Prenatal screening tests that examine the baby’s DNA in the mother’s blood may also show an increased risk. However, a karyotype during pregnancy or after delivery is recommended to confirm the diagnosis.

If Turner syndrome is suspected during pregnancy, your obstetrician may discuss the option of confirming the diagnosis before birth. Two prenatal procedures can help make a diagnosis:
• Chorionic villus sampling, which involves taking a small piece of placental tissue for chromosome testing. This is usually done between 11 and 14 weeks of pregnancy.
• Amniocentesis, which involves collecting a sample of amniotic fluid to study the baby’s chromosomes. This is typically done after 14 weeks of pregnancy.

It is important to review the benefits and risks of prenatal testing with your doctor.

Treatment

Because symptoms and complications differ widely, treatment plans are personalized to address each individual’s needs. Ongoing evaluation and monitoring for medical or mental health concerns can help detect and manage issues early.

Primary treatments for nearly all girls and women with Turner syndrome involve hormone therapies. Growth hormone therapy is usually given daily during childhood and early adolescence to support height and bone development. Starting treatment early can improve height outcomes.

Estrogen therapy is usually needed to begin puberty. It is often started around age 11 or 12. Estrogen supports breast development, helps the uterus grow, improves bone mineralization and, when used with growth hormone, may support height. Estrogen replacement therapy usually continues until the typical age of menopause.

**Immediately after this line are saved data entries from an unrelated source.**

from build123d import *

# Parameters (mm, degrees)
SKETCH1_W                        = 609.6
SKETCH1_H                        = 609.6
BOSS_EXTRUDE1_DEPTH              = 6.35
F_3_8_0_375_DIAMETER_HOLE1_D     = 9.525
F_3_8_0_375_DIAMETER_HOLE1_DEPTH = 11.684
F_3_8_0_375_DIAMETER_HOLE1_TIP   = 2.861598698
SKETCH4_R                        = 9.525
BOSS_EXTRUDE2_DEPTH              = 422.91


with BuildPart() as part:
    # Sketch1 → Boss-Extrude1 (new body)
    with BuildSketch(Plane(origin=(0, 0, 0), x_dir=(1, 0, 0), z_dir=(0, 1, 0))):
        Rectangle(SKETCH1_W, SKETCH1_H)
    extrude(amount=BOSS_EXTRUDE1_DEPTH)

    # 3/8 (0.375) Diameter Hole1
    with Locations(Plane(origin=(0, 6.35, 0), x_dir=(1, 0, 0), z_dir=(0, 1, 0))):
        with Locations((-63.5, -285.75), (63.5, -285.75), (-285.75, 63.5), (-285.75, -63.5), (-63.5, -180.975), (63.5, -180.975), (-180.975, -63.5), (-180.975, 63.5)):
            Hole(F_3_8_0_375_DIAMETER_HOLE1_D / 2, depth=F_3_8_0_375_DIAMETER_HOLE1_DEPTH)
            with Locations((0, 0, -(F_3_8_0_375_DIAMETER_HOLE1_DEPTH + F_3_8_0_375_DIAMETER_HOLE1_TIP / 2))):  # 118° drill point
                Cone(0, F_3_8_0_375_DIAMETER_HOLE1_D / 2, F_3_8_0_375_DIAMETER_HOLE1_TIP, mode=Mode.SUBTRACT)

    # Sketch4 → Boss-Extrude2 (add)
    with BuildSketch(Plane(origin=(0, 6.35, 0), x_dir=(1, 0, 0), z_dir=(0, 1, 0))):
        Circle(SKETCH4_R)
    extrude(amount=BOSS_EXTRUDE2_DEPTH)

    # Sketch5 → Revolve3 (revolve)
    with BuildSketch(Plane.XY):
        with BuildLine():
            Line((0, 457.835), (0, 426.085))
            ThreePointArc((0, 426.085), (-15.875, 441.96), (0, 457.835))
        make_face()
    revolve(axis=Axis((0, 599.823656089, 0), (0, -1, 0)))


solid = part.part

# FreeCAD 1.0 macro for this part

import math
import FreeCAD as App
import Part
import Sketcher
from FreeCAD import Vector
Q = App.Units.Quantity


def add_polygon(sketch, points):
    """Adds a closed chain of lines whose ends are joined by coincident constraints."""
    first, n = sketch.GeometryCount, len(points)
    for a, b in zip(points, points[1:] + points[:1]):
        sketch.addGeometry(Part.LineSegment(App.Vector(*a, 0), App.Vector(*b, 0)), False)
    for i in range(n):
        sketch.addConstraint(Sketcher.Constraint("Coincident", first + i, 2, first + (i + 1) % n, 1))

doc = App.newDocument("Part")
body = doc.addObject("PartDesign::Body", "Body")

sketch1 = body.newObject("Sketcher::SketchObject", "Sketch")
sketch1.AttachmentSupport = (doc.getObject("XZ_Plane"), [""])
sketch1.MapMode = "FlatFace"
add_polygon(sketch1, [(-304.8, -304.8), (-304.8, 304.8), (304.8, 304.8), (304.8, -304.8)])
sketch1.addConstraint(Sketcher.Constraint("Vertical", 0))
sketch1.addConstraint(Sketcher.Constraint("Horizontal", 1))
sketch1.addConstraint(Sketcher.Constraint("Vertical", 2))
sketch1.addConstraint(Sketcher.Constraint("Horizontal", 3))
sketch1.addConstraint(Sketcher.Constraint("Symmetric", 0, 2, 2, 2, -1, 1))
sketch1.addConstraint(Sketcher.Constraint("Equal", 3, 0))
sketch1.addConstraint(Sketcher.Constraint("DistanceX", 1, 1, 1, 2, Q("24 in")))
pad1 = body.newObject("PartDesign::Pad", "Pad")
pad1.Profile = sketch1
pad1.Length = Q("0.25 in")
pad1.Reversed = True

sketch2 = body.newObject("Sketcher::SketchObject", "Sketch001")
sketch2.AttachmentSupport = (doc.getObject("XZ_Plane"), [""])
sketch2.MapMode = "FlatFace"
sketch2.AttachmentOffset = App.Placement(Vector(0, 0, -0.25 * 25.4), App.Rotation())
sketch2.addGeometry(Part.Circle(Vector(-63.5, 285.75, 0), Vector(0, 0, 1), 4.7625), False)
sketch2.addGeometry(Part.Circle(Vector(63.5, 285.75, 0), Vector(0, 0, 1), 4.7625), False)
sketch2.addGeometry(Part.Circle(Vector(-285.75, -63.5, 0), Vector(0, 0, 1), 4.7625), False)
sketch2.addGeometry(Part.Circle(Vector(-285.75, 63.5, 0), Vector(0, 0, 1), 4.7625), False)
sketch2.addGeometry(Part.Circle(Vector(-63.5, 180.975, 0), Vector(0, 0, 1), 4.7625), False)
sketch2.addGeometry(Part.Circle(Vector(63.5, 180.975, 0), Vector(0, 0, 1), 4.7625), False)
sketch2.addGeometry(Part.Circle(Vector(-180.975, 63.5, 0), Vector(0, 0, 1), 4.7625), False)
sketch2.addGeometry(Part.Circle(Vector(-180.975, -63.5, 0), Vector(0, 0, 1), 4.7625), False)
sketch2.addConstraint(Sketcher.Constraint("Equal", 0, 1))
sketch2.addConstraint(Sketcher.Constraint("Equal", 1, 2))
sketch2.addConstraint(Sketcher.Constraint("Equal", 2, 3))
sketch2.addConstraint(Sketcher.Constraint("Equal", 3, 4))
sketch2.addConstraint(Sketcher.Constraint("Equal", 4, 5))
sketch2.addConstraint(Sketcher.Constraint("Equal", 5, 6))
sketch2.addConstraint(Sketcher.Constraint("Equal", 6, 7))
sketch2.addConstraint(Sketcher.Constraint("Symmetric", 0, 3, 1, 3, -2))
sketch2.addConstraint(Sketcher.Constraint("Symmetric", 4, 3, 5, 3, -2))
sketch2.addConstraint(Sketcher.Constraint("Symmetric", 2, 3, 3, 3, -1))
sketch2.addConstraint(Sketcher.Constraint("Symmetric", 6, 3, 7, 3, -1))
sketch2.addConstraint(Sketcher.Constraint("Horizontal", 3, 3, 6, 3))
sketch2.addConstraint(Sketcher.Constraint("Vertical", 0, 3, 4, 3))
sketch2.addConstraint(Sketcher.Constraint("Diameter", 0, Q("0.375 in")))
sketch2.addConstraint(Sketcher.Constraint("DistanceX", 0, 3, 1, 3, Q("5 in")))
sketch2.addConstraint(Sketcher.Constraint("DistanceY", 2, 3, 3, 3, Q("5 in")))
sketch2.addConstraint(Sketcher.Constraint("DistanceY", -1, 1, 0, 3, Q("11.25 in")))
sketch2.addConstraint(Sketcher.Constraint("DistanceX", 2, 3, -1, 1, Q("11.25 in")))
sketch2.addConstraint(Sketcher.Constraint("DistanceY", -1, 1, 4, 3, Q("7.125 in")))
sketch2.addConstraint(Sketcher.Constraint("DistanceX", 6, 3, -1, 1, Q("7.125 in")))
doc.recompute()
hole = body.newObject("PartDesign::Hole", "Hole")
hole.Profile = sketch2
hole.ThreadType = "None"
hole.Diameter = Q("0.375 in")
hole.DepthType = "Dimension"
hole.Depth = Q("0.46 in")
hole.DrillPoint = "Angled"
hole.DrillPointAngle = 118
hole.Reversed = True

sketch3 = body.newObject("Sketcher::SketchObject", "Sketch002")
sketch3.AttachmentSupport = (doc.getObject("XZ_Plane"), [""])
sketch3.MapMode = "FlatFace"
sketch3.AttachmentOffset = App.Placement(Vector(0, 0, -0.25 * 25.4), App.Rotation())
sketch3.addGeometry(Part.Circle(Vector(0, 0, 0), Vector(0, 0, 1), 9.525), False)
sketch3.addConstraint(Sketcher.Constraint("Coincident", 0, 3, -1, 1))
sketch3.addConstraint(Sketcher.Constraint("Diameter", 0, Q("0.75 in")))
pad2 = body.newObject("PartDesign::Pad", "Pad001")
pad2.Profile = sketch3
pad2.Length = Q("16.65 in")
pad2.Reversed = True

sketch4 = body.newObject("Sketcher::SketchObject", "Sketch003")
sketch4.AttachmentSupport = (doc.getObject("XY_Plane"), [""])
sketch4.MapMode = "FlatFace"
sketch4.addGeometry(Part.LineSegment(Vector(0, 426.085, 0), Vector(0, 457.835, 0)), False)
sketch4.addGeometry(Part.ArcOfCircle(Part.Circle(Vector(0, 441.96, 0), Vector(0, 0, 1), 15.875), math.radians(90), math.radians(270)), False)
sketch4.addConstraint(Sketcher.Constraint("Coincident", 0, 1, 1, 2))
sketch4.addConstraint(Sketcher.Constraint("Coincident", 1, 1, 0, 2))
sketch4.addConstraint(Sketcher.Constraint("Vertical", 0))
sketch4.addConstraint(Sketcher.Constraint("PointOnObject", 1, 3, -2))
sketch4.addConstraint(Sketcher.Constraint("PointOnObject", 0, 1, -2))
sketch4.addConstraint(Sketcher.Constraint("Radius", 1, Q("0.625 in")))
sketch4.addConstraint(Sketcher.Constraint("DistanceY", -1, 1, 1, 3, Q("17.4 in")))
revolution = body.newObject("PartDesign::Revolution", "Revolution")
revolution.Profile = sketch4
revolution.ReferenceAxis = (sketch4, ["V_Axis"])
revolution.Angle = 360

doc.recompute()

Other treatments are used when specific problems arise. Regular checkups have greatly improved health and quality of life for girls and women with Turner syndrome. Preparing your child for the transition from pediatric to adult care is important. A primary care doctor can help coordinate care among specialists throughout life.

Health care team

Turner syndrome may involve developmental concerns and medical complications, so multiple specialists may participate in care. Teams may change over time depending on needs. Specialists may include:
• Endocrinologist
• Gynecologist
• Medical geneticist
• Cardiologist
• Orthopedist
• Urologist
• ENT specialist
• Gastroenterologist
• Ophthalmologist
• Audiologist
• Psychologist or psychiatrist
• Developmental therapist
• Special education instructors
• Reproductive endocrinologist

Pregnancy and fertility treatment

Only a small percentage of women with Turner syndrome can become pregnant without fertility treatment. Even those who can conceive naturally often experience early ovarian failure and infertility. Discussing reproductive plans with your health care provider is essential.

Some women with Turner syndrome may become pregnant using donated eggs or embryos. A reproductive endocrinologist can discuss options and help estimate the chances of success.

Most pregnancies in women with Turner syndrome are considered high risk. It is important to review the risks with a high-risk obstetrician or reproductive endocrinologist before attempting pregnancy.